■ **Instructions for the task**: From the line below that contains "#175=ADVANCED_FACE('',(#170,#173),#174,.F.);" to the line that contains "A parametric FreeCAD", repeat every line exactly, both ends included, and nothing else.

###

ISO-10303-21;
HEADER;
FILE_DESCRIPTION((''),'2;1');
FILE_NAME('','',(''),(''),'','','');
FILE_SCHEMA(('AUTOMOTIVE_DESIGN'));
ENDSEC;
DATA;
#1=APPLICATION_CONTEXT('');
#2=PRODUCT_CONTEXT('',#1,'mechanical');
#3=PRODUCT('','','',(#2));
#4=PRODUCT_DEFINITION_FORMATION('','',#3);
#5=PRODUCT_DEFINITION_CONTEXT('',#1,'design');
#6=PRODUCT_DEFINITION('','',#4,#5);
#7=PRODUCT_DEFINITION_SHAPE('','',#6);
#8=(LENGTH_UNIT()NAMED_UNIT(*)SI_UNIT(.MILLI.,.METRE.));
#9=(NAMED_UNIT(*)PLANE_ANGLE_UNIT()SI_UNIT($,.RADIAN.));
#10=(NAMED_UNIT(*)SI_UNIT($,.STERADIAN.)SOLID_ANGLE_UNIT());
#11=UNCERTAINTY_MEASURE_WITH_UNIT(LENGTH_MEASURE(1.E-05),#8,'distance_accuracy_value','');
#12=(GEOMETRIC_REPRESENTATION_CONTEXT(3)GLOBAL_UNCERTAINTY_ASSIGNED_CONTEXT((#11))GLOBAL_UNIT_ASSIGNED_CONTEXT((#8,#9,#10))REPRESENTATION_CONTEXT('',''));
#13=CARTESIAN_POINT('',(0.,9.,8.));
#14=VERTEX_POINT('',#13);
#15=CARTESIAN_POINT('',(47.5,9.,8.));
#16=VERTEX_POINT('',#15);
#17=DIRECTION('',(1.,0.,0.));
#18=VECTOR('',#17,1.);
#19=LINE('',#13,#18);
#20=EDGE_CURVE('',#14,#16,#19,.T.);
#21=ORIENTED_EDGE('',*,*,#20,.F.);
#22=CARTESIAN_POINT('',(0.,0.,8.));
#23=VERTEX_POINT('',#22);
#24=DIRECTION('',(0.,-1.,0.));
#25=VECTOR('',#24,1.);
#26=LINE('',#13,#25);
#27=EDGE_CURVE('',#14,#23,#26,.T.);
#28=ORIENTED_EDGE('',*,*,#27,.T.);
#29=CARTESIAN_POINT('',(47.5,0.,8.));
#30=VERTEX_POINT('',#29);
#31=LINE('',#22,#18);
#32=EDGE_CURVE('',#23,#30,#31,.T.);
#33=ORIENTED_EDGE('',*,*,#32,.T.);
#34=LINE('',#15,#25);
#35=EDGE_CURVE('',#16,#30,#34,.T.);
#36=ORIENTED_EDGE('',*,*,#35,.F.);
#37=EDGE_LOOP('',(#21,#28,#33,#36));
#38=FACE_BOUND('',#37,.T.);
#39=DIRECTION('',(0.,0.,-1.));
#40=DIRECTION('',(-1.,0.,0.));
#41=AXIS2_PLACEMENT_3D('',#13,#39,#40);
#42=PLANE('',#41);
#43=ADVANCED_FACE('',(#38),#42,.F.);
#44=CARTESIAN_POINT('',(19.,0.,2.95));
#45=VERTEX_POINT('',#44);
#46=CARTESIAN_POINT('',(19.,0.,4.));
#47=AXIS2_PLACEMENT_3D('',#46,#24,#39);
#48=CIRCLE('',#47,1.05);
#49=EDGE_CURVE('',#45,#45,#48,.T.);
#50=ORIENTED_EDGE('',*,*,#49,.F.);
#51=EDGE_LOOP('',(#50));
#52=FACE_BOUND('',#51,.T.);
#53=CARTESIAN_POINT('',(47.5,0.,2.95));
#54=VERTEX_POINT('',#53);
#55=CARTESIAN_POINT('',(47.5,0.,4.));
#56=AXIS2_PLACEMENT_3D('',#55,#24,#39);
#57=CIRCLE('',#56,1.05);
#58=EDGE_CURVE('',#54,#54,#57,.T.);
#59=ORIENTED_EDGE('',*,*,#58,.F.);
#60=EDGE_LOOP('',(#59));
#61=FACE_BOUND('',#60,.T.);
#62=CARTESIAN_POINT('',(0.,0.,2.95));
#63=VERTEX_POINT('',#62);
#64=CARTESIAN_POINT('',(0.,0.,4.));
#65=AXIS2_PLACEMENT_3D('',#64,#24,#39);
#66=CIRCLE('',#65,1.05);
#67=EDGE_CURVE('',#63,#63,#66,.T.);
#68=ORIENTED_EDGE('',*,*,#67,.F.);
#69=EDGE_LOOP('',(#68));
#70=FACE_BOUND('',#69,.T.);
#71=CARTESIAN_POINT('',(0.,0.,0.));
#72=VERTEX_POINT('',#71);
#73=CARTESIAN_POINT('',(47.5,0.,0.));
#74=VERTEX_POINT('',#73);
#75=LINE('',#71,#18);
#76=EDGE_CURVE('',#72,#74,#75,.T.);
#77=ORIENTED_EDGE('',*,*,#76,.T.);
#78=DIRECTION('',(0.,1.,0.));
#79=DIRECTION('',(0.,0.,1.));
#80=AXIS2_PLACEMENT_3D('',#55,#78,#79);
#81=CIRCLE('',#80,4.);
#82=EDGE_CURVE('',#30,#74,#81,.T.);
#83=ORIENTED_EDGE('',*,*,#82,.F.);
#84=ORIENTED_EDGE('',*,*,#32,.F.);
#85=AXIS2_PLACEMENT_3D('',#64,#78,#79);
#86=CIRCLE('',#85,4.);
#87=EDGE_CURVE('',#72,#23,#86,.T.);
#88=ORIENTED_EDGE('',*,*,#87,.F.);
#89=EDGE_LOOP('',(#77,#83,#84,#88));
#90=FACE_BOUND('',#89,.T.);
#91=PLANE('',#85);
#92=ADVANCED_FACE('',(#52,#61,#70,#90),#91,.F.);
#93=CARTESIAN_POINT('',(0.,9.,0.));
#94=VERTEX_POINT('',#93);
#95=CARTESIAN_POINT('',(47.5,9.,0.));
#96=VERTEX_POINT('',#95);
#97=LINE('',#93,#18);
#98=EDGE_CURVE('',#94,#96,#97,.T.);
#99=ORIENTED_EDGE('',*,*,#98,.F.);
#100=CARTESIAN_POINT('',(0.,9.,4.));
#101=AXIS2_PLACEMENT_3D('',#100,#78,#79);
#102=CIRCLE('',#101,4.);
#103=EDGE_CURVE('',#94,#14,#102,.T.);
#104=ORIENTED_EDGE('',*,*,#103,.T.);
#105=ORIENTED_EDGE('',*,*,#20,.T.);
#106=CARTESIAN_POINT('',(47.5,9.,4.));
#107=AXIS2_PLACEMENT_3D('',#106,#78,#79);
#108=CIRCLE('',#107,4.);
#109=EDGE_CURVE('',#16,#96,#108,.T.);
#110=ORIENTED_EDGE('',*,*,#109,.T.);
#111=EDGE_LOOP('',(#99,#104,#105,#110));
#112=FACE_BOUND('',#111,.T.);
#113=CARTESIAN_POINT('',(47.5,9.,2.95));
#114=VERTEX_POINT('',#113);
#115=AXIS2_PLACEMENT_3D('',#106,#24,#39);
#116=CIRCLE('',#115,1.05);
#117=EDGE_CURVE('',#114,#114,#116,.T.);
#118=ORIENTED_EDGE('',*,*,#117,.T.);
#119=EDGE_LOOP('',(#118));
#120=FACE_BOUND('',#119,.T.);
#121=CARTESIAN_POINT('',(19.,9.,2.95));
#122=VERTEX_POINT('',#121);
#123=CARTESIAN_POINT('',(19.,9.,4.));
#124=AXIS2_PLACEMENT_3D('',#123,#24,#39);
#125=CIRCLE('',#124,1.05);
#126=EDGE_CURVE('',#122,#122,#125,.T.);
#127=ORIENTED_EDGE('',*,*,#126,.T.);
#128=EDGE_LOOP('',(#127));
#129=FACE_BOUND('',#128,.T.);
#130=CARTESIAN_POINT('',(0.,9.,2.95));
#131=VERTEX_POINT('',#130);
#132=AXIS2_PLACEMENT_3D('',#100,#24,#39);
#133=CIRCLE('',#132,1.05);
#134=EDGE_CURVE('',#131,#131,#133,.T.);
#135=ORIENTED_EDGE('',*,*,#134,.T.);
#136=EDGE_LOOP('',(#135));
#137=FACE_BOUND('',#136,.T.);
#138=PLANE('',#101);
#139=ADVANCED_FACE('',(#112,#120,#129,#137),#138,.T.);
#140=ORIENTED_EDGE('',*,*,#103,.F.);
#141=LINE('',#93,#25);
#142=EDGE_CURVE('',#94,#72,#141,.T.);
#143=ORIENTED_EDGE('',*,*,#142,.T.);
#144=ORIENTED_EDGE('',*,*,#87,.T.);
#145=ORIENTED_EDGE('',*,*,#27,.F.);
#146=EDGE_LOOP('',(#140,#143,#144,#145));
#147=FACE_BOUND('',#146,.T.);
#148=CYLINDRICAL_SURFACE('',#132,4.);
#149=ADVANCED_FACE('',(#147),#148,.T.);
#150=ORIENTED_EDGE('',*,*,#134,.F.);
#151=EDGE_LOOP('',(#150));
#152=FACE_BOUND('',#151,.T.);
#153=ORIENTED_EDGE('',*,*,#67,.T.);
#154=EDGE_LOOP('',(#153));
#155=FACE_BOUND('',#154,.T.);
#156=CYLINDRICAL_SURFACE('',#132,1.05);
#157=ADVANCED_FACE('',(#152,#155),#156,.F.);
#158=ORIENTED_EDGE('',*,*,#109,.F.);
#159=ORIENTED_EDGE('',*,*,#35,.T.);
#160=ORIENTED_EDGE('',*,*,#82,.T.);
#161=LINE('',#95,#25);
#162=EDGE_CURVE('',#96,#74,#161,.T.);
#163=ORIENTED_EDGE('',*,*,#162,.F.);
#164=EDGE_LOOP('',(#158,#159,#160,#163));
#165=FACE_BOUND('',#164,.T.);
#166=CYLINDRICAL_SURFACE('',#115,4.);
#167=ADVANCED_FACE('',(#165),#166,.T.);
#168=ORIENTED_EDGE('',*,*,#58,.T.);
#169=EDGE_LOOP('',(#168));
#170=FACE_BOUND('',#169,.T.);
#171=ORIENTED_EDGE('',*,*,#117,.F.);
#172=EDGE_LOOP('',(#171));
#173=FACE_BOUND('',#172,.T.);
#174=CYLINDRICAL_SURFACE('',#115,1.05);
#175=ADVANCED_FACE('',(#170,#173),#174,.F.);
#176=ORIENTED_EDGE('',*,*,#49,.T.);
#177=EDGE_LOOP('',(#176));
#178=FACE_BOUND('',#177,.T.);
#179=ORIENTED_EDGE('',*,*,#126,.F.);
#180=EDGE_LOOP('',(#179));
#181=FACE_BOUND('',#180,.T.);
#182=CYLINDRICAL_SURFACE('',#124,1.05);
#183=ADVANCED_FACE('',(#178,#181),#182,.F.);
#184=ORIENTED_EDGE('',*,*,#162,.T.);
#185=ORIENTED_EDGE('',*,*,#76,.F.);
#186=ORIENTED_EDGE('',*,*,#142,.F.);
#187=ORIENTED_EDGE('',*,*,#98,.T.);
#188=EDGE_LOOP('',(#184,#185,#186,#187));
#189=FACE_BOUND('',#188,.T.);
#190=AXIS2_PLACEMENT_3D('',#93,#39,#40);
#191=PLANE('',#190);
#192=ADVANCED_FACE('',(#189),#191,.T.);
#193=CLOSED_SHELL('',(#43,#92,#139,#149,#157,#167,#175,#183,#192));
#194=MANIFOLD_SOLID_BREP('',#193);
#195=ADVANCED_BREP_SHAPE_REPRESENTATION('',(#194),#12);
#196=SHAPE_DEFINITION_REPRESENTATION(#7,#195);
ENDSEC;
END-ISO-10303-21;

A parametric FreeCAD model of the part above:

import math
import FreeCAD as App
import Part
import Sketcher
from FreeCAD import Vector

doc = App.newDocument("Part")
body = doc.addObject("PartDesign::Body", "Body")

sketch1 = body.newObject("Sketcher::SketchObject", "Sketch")
sketch1.AttachmentSupport = (doc.getObject("XZ_Plane"), [""])
sketch1.MapMode = "FlatFace"
sketch1.addGeometry(Part.LineSegment(Vector(47.5, 0, 0), Vector(0, 0, 0)), False)
sketch1.addGeometry(Part.ArcOfCircle(Part.Circle(Vector(0, 4, 0), Vector(0, 0, 1), 4), math.radians(90), math.radians(270)), False)
sketch1.addGeometry(Part.LineSegment(Vector(0, 8, 0), Vector(47.5, 8, 0)), False)
sketch1.addGeometry(Part.ArcOfCircle(Part.Circle(Vector(47.5, 4, 0), Vector(0, 0, 1), 4), math.radians(-90), math.radians(90)), False)
sketch1.addConstraint(Sketcher.Constraint("Tangent", 0, 2, 1, 2))
sketch1.addConstraint(Sketcher.Constraint("Tangent", 1, 1, 2, 1))
sketch1.addConstraint(Sketcher.Constraint("Tangent", 2, 2, 3, 2))
sketch1.addConstraint(Sketcher.Constraint("Tangent", 3, 1, 0, 1))
sketch1.addConstraint(Sketcher.Constraint("Horizontal", 0))
sketch1.addConstraint(Sketcher.Constraint("Horizontal", 2))
sketch1.addConstraint(Sketcher.Constraint("Coincident", 0, 2, -1, 1))
sketch1.addConstraint(Sketcher.Constraint("Radius", 1, 4.0))
sketch1.addConstraint(Sketcher.Constraint("DistanceX", 0, 2, 0, 1, 47.5))
pad1 = body.newObject("PartDesign::Pad", "Pad")
pad1.Profile = sketch1
pad1.Length = 9
pad1.Reversed = True

sketch2 = body.newObject("Sketcher::SketchObject", "Sketch001")
sketch2.AttachmentSupport = (doc.getObject("XZ_Plane"), [""])
sketch2.MapMode = "FlatFace"
sketch2.addGeometry(Part.Circle(Vector(0, 4, 0), Vector(0, 0, 1), 1.1), False)
sketch2.addGeometry(Part.Circle(Vector(19, 4, 0), Vector(0, 0, 1), 1.1), False)
sketch2.addGeometry(Part.Circle(Vector(47.5, 4, 0), Vector(0, 0, 1), 1.1), False)
sketch2.addConstraint(Sketcher.Constraint("Equal", 0, 1))
sketch2.addConstraint(Sketcher.Constraint("Equal", 1, 2))
sketch2.addConstraint(Sketcher.Constraint("PointOnObject", 0, 3, -2))
sketch2.addConstraint(Sketcher.Constraint("Horizontal", 0, 3, 1, 3))
sketch2.addConstraint(Sketcher.Constraint("Horizontal", 1, 3, 2, 3))
sketch2.addConstraint(Sketcher.Constraint("Diameter", 0, 2.1))
sketch2.addConstraint(Sketcher.Constraint("DistanceY", -1, 1, 0, 3, 4.0))
sketch2.addConstraint(Sketcher.Constraint("DistanceX", -1, 1, 1, 3, 19.0))
sketch2.addConstraint(Sketcher.Constraint("DistanceX", -1, 1, 2, 3, 47.5))
pocket1 = body.newObject("PartDesign::Pocket", "Pocket")
pocket1.Profile = sketch2
pocket1.Length = 9

doc.recompute()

###

■ **Response to this exercise**:
#175=ADVANCED_FACE('',(#170,#173),#174,.F.);
#176=ORIENTED_EDGE('',*,*,#49,.T.);
#177=EDGE_LOOP('',(#176));
#178=FACE_BOUND('',#177,.T.);
#179=ORIENTED_EDGE('',*,*,#126,.F.);
#180=EDGE_LOOP('',(#179));
#181=FACE_BOUND('',#180,.T.);
#182=CYLINDRICAL_SURFACE('',#124,1.05);
#183=ADVANCED_FACE('',(#178,#181),#182,.F.);
#184=ORIENTED_EDGE('',*,*,#162,.T.);
#185=ORIENTED_EDGE('',*,*,#76,.F.);
#186=ORIENTED_EDGE('',*,*,#142,.F.);
#187=ORIENTED_EDGE('',*,*,#98,.T.);
#188=EDGE_LOOP('',(#184,#185,#186,#187));
#189=FACE_BOUND('',#188,.T.);
#190=AXIS2_PLACEMENT_3D('',#93,#39,#40);
#191=PLANE('',#190);
#192=ADVANCED_FACE('',(#189),#191,.T.);
#193=CLOSED_SHELL('',(#43,#92,#139,#149,#157,#167,#175,#183,#192));
#194=MANIFOLD_SOLID_BREP('',#193);
#195=ADVANCED_BREP_SHAPE_REPRESENTATION('',(#194),#12);
#196=SHAPE_DEFINITION_REPRESENTATION(#7,#195);
ENDSEC;
END-ISO-10303-21;

A parametric FreeCAD model of the part above:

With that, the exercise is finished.